Jones v. District Attorney's Office of New York
This text of 33 Misc. 3d 462 (Jones v. District Attorney's Office of New York) is published on Counsel Stack Legal Research, covering New York Supreme Court primary law. Counsel Stack provides free access to over 12 million legal documents including statutes, case law, regulations, and constitutions.
Opinion
OPINION OF THE COURT
Petitioner Thomas Jones moves by order to show cause and verified petition to vacate the determination of respondents which denied the petitioner’s “Freedom of Information Law [FOIL] Request pursuant Judiciary Law 255” for the production of a trial verdict sheet in the matter of People v Sheldon Ennis, Also Known as Thomas Jones, indictment No. 7870/ 1998. Respondents oppose the petition.
Background
Respondent District Attorney’s Office of the County of New York (respondent or DANY) alleges that in the 1990s, Jones, together with other cohorts, ran a crack cocaine criminal enterprise known as the “Dog Pound.” DANY further alleges that the Dog Pound operated out of the Evans Hotel located in Midtown Manhattan. In 1996, Jones and members of the Dog Pound retaliated against a rival drug organization called the “Orange Bags” by allegedly shooting and stabbing various leaders and workers associated with the Orange Bags because they were operating on their “turf’ near the vicinity of the Evans Hotel.
In 1998, Jones and about 20 others were indicted in a 23-count indictment with various crimes arising out of their alleged participation in the Dog Pound organization including conspiracy in the second degree (Penal Law § 105.15), attempted murder in the second degree (Penal Law §§ 110.00, 125.25 [1]), assault in the first and second degrees (Penal Law § 120.10 [1], [2], [3]; § 120.05 [1], [2]), and criminal possession of a weapon in the second and third degrees (Penal Law §§ 265.03, 265.02 [former (4)]). In 2000, Jones went to trial and the jury convicted him of conspiracy in the second degree, two counts of assault in the first degree, one count each of assault in the second degree, and criminal possession of a weapon in the second and third degrees. On March 21, 2001, Jones was sentenced to an aggre[464]*464gate prison term of iSVs years, and he is currently incarcerated pursuant to that judgment.
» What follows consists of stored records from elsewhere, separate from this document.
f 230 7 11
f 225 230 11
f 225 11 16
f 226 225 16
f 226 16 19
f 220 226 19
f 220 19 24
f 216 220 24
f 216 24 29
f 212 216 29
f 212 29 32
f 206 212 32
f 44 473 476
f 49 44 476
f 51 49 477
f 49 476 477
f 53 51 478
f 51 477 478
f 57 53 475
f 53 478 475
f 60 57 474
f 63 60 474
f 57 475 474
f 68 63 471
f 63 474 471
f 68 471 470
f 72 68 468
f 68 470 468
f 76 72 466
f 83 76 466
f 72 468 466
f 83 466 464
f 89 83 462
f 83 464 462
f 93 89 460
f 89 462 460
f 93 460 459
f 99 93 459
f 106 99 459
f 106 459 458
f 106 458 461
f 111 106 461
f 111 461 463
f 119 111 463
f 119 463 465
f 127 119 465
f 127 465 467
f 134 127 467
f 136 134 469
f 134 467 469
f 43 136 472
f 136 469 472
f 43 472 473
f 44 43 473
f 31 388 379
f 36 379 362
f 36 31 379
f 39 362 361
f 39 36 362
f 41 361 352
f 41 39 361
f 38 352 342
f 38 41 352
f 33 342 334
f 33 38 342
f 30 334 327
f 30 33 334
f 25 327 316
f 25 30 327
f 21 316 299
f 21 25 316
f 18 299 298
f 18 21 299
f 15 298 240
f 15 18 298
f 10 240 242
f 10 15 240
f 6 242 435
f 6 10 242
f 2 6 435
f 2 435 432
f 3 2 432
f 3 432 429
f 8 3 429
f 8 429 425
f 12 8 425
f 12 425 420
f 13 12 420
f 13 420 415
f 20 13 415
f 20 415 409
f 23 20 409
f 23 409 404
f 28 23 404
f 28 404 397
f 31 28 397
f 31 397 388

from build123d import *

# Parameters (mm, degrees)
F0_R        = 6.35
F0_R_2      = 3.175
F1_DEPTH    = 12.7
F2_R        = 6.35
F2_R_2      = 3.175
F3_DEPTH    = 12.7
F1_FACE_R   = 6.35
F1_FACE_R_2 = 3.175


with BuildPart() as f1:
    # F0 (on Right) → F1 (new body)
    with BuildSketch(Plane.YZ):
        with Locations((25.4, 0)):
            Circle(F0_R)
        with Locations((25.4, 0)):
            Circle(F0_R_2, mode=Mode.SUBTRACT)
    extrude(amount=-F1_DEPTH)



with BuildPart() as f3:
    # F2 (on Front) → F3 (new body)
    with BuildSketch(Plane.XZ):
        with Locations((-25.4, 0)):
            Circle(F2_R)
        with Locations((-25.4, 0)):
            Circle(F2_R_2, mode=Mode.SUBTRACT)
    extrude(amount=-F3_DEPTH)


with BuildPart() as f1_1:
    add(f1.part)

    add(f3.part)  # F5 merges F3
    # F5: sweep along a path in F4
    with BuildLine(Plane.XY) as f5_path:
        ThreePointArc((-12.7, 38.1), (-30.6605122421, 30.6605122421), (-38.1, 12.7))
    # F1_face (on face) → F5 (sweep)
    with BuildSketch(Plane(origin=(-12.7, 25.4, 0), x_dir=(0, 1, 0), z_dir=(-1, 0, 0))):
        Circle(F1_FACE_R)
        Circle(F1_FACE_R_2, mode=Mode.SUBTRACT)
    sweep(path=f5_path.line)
By letter dated August 9, 2009, petitioner sought production from the Criminal Court of a copy of the trial verdict sheet in the above case. A clerk of the court responded by letter dated August 31, 2009, advising petitioner that he could not locate the document, but it may be obtained from the DANY. Petitioner then sought the verdict sheet from DANY via letter dated September 10, 2009. By letter dated October 1, 2009, the DANY denied petitioner’s request on the ground that Judiciary Law § 255 only applies to court clerks and not to district attorneys, and informed him that he may appeal the denial to the appeals officer. Petitioner appealed the decision to the appeals officer via letter dated December 7, 2009. DANY never responded to the last appeal. On or about March 31, 2011, petitioner commenced the instant CPLR article 78 proceeding seeking to vacate the DANY’s determination and compelling it to produce the verdict sheet.
Judiciary Law § 255
Petitioner sought to compel the production of the subject trial verdict sheet pursuant to Judiciary Law § 255. Judiciary Law § 255 states, in pertinent part, that
“[a] clerk of a court must, upon request, . . . diligently search the files, papers, records, and dockets in his [or her] office; and either make one or more transcripts or certificates of change therefrom, and certify to the correctness thereof, and to the search, or certify that a document or paper . . . can not be found.”
While there are no reported cases discussing the issue of whether Judiciary Law § 255 applies to district attorneys, the plain language of the statute clearly pertains to a “clerk of a court.” It is beyond cavil that district attorneys do not fit into the category of clerks of the court. Moreover, district attorneys are distinct and independent entities that advocate the People’s position before judges of the court. Simply stated, they are not clerks of the court. Therefore, petitioner’s request for the DANY to produce the verdict sheet pursuant to Judiciary Law § 255 does not lie.
Petitioner’s Claims are Time-Barred
An article 78 proceeding is subject to a four-month statute of limitations. (CPLR 217; Austin v Board of Higher Educ. of City [465]*465of N.Y., 5 NY2d 430 [1959].) The statute of limitations begins to run from the date in which the agency refuses to act. (Matter of Moskowitz v New York City Police Pension Fund, 82 AD3d 473 [1st Dept 2011].)
Under the most generous reading of the relevant law concerning FOIL requests pursuant to Public Officers Law § 89, petitioner’s request is approximately a year too late. Therefore, petitioner’s claims are also time-barred.
Conclusion
Accordingly, it is adjudged that the petition is denied and the proceeding is dismissed with prejudice.